Now, there are at least two reasons why I cannot believe this scenario will be replayed on both sides of the Atlantic, or even in Europe. First of all, Mr and Mrs Smith are not Mrs Watanabe. If credit is available, they will spend. The difficult thing is to get them to save and to invest in something more productive than housing – in other words, how to reorient our economies towards investment and production and away from consumption, the opposite of the Japanese problem. In the medium term, we require a fall in the value of the pound and the dollar – which has already happened to a considerable extent. Hence the second difference between Japan and the rest of the industrialised world – we cannot all suffer simultaneously from the problem of an overvalued currency.

There is one remaining boulder blocking the inflation exit route. China’s fixed exchange rate policy was the vital link in the chain of events that led from irresponsible U.S. monetary policy to the asset price bubble, which duly burst in 2008 and got us all into this mess, and it remains an obstacle to recovery. If the RMB were allowed freely to float upward, the world economy could start to rebalance.

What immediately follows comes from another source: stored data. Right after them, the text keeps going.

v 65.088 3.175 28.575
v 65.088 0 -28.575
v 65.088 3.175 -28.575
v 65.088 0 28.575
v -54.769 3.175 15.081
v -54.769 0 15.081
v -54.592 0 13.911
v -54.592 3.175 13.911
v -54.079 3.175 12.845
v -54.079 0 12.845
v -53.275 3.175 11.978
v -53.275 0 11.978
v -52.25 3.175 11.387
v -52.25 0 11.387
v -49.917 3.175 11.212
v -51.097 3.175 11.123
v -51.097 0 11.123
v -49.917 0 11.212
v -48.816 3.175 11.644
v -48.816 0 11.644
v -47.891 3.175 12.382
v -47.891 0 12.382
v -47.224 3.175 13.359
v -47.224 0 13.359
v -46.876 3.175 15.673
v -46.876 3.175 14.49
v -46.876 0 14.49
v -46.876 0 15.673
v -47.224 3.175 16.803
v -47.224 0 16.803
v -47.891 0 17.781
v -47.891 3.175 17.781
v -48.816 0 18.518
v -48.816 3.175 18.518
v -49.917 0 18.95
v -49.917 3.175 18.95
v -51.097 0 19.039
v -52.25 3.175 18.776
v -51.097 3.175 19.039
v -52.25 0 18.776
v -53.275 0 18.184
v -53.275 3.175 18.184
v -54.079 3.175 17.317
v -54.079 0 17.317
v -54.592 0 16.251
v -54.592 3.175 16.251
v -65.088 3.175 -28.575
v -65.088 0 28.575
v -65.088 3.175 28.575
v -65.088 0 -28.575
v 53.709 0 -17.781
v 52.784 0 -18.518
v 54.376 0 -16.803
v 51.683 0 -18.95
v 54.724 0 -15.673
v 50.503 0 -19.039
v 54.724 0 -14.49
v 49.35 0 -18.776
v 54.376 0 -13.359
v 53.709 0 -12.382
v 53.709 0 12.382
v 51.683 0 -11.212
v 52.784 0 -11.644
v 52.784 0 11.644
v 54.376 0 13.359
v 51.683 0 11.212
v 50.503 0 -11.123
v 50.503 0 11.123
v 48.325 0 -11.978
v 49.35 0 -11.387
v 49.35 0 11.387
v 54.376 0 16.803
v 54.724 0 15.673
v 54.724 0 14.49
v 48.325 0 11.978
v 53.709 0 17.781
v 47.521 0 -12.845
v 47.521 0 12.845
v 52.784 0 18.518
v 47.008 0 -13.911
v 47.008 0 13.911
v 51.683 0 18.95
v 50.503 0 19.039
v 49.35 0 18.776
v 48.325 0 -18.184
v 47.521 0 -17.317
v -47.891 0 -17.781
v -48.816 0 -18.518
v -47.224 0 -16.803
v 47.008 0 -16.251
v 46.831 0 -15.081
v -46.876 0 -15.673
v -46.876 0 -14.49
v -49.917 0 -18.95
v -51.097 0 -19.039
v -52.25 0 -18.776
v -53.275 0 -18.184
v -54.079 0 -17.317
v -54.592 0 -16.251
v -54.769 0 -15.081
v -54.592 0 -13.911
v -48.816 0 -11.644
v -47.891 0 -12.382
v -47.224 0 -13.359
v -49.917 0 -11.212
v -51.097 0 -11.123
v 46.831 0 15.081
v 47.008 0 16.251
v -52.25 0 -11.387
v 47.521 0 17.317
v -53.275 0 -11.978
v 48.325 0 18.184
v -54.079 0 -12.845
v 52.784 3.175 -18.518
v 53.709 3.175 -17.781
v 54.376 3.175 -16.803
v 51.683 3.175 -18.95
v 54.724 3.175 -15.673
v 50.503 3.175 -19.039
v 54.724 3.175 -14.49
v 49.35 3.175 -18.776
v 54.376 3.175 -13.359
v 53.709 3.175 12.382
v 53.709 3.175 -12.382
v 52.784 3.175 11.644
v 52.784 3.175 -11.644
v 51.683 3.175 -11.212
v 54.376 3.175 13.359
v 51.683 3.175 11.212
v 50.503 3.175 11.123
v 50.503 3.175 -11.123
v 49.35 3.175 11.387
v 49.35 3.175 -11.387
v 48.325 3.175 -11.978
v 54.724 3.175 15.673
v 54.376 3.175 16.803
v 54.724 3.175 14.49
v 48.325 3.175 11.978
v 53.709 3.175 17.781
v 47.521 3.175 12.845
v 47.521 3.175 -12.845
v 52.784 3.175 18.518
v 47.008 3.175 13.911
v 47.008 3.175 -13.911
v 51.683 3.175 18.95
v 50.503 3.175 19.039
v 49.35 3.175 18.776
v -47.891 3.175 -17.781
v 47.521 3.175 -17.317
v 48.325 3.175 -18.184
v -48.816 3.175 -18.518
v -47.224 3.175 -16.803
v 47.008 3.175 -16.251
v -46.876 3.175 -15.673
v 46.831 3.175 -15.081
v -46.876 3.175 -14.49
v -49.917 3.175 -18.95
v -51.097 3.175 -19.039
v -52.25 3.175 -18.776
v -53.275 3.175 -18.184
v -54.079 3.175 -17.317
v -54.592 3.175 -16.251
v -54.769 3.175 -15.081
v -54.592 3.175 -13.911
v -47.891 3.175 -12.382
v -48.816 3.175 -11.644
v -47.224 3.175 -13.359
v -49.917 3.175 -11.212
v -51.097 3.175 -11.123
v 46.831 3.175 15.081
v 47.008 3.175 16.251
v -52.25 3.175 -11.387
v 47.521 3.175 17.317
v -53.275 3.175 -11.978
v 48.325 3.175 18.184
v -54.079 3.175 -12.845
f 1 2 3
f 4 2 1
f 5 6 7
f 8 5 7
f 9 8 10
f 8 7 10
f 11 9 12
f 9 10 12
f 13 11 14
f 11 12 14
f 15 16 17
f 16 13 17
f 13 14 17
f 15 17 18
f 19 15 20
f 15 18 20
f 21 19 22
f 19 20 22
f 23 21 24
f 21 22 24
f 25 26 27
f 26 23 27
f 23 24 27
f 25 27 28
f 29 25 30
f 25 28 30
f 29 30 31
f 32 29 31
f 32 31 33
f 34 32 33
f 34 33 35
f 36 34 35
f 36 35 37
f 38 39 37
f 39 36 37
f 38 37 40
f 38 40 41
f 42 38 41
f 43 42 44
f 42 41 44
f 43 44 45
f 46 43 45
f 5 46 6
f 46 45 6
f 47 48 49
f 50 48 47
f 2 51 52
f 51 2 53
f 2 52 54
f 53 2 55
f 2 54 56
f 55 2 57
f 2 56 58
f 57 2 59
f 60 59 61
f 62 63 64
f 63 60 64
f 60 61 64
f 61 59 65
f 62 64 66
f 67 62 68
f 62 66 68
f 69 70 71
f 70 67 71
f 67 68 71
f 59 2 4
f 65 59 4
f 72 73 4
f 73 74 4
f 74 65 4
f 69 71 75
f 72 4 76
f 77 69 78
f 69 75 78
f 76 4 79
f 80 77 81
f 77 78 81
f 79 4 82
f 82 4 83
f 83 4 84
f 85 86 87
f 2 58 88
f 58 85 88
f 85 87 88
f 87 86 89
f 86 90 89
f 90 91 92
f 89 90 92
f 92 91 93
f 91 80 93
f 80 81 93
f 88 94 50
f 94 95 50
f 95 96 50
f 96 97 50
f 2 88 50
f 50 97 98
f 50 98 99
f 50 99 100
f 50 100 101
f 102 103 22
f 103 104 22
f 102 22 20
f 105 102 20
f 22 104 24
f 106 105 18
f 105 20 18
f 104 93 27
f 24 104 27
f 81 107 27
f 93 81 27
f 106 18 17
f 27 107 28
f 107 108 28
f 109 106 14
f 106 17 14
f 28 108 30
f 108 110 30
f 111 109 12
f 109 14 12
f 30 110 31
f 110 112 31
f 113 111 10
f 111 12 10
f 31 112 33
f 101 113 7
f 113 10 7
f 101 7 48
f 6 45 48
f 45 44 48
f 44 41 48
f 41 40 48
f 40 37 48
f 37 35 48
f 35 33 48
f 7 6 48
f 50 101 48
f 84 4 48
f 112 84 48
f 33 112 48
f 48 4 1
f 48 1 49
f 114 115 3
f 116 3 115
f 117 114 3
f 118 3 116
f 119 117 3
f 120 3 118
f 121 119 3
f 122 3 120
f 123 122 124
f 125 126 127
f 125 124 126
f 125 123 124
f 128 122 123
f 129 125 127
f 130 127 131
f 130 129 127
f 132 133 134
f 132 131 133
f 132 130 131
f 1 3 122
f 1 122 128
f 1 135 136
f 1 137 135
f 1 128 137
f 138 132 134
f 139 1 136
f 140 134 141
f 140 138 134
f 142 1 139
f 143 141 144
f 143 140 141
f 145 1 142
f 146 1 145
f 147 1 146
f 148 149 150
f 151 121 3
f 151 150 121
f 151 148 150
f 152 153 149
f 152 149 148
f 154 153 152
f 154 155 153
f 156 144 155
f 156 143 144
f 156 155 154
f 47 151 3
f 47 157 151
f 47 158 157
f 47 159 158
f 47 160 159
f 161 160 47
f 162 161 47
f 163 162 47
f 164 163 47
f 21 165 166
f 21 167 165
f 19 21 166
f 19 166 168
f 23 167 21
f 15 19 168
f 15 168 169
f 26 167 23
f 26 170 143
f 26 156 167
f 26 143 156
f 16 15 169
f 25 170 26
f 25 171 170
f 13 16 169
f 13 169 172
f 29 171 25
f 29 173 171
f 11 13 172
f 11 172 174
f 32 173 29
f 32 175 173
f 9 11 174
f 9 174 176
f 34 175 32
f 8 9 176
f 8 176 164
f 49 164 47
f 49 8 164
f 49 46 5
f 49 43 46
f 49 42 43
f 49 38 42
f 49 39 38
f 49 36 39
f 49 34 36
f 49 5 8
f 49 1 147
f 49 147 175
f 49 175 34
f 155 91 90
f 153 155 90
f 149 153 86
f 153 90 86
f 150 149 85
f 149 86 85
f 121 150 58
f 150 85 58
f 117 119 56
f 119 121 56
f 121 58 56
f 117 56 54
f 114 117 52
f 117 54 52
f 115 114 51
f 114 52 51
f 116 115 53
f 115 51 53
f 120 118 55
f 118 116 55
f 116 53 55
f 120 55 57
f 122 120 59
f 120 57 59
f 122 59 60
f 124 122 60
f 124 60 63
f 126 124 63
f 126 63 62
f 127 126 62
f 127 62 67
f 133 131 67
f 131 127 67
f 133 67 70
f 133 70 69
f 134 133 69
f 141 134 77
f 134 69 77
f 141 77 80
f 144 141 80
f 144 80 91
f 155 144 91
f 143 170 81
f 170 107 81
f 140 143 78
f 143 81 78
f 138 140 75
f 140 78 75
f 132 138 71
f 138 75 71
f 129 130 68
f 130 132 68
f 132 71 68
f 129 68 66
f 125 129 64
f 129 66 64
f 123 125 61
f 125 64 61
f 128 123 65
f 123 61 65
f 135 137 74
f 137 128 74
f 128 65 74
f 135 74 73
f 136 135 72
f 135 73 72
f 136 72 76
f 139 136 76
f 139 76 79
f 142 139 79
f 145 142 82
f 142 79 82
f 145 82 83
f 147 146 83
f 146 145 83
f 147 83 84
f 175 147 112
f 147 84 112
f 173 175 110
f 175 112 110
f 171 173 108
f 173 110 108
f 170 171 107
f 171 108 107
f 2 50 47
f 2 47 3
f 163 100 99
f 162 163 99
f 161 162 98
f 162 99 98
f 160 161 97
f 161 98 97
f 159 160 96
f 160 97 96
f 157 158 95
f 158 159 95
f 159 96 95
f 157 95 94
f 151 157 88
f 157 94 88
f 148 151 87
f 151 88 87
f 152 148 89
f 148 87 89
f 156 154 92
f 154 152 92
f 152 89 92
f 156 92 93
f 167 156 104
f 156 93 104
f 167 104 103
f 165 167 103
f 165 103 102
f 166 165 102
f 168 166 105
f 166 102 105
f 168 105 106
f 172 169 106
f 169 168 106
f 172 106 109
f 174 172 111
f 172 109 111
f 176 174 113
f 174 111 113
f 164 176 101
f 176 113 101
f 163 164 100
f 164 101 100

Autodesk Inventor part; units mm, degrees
ref_plane "YZ Plane" through (0, 0, 0) normal (1, 0, 0) x (0, 1, 0)
ref_plane "XZ Plane" through (0, 0, 0) normal (0, 1, 0) x (-1, 0, 0)
ref_plane "XY Plane" through (0, 0, 0) normal (0, 0, 1) x (1, 0, 0)
sketch "Sketch1" plane through (0, 0, 0) normal (0, 1, 0) x (-1, 0, 0)
  line L0 (0, -40.005) -> (0, 40.005) projected
  line L1 (91.1225, 0) -> (-91.1225, 0) projected
  line L2 (65.0875, -28.575) -> (-65.0875, -28.575)
  line L3 (-65.0875, -28.575) -> (-65.0875, 28.575)
  line L4 (-65.0875, 28.575) -> (65.0875, 28.575)
  line L5 (65.0875, 28.575) -> (65.0875, -28.575)
  circle A0 centre (50.8, -15.0812) radius 3.9688
  circle A1 centre (50.8, 15.0812) radius 3.9688
  circle A2 centre (-50.8, -15.0812) radius 3.9688
  circle A3 centre (-50.8, 15.0812) radius 3.9688
  point P0 (0, 0)
  dimension "d0" = 130.175
  dimension "d1" = 57.15
  dimension "d2" = 50.8
  dimension "d3" = 15.0813
  dimension "d4" = 7.9375
extrude "Extrusion1" add sketch "Sketch1" along normal blind 3.175
properties part number "Static_Caster_Plate"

Chinese consumers would spend a higher proportion of their disposable incomes, buying more imported goods and persuading some of its exporters to divert output to their domestic markets, while the opposite would happen in the U.S. and UK. Moreover, revaluation would also give the world economy an inflationary boost, reducing the real value of our debts, though this benefit might be offset to a considerable extent by the rise in interest rates caused by a Chinese withdrawal from the U.S. Treasury market.

Without a Chinese revaluation, the flood of dollars coming out of the Fed ends up simply inflating the price of gold and real estate in Greater China (which nowadays includes some of the smarter parts of London), a process which risks creating big problems for us all in the not-so-distant future.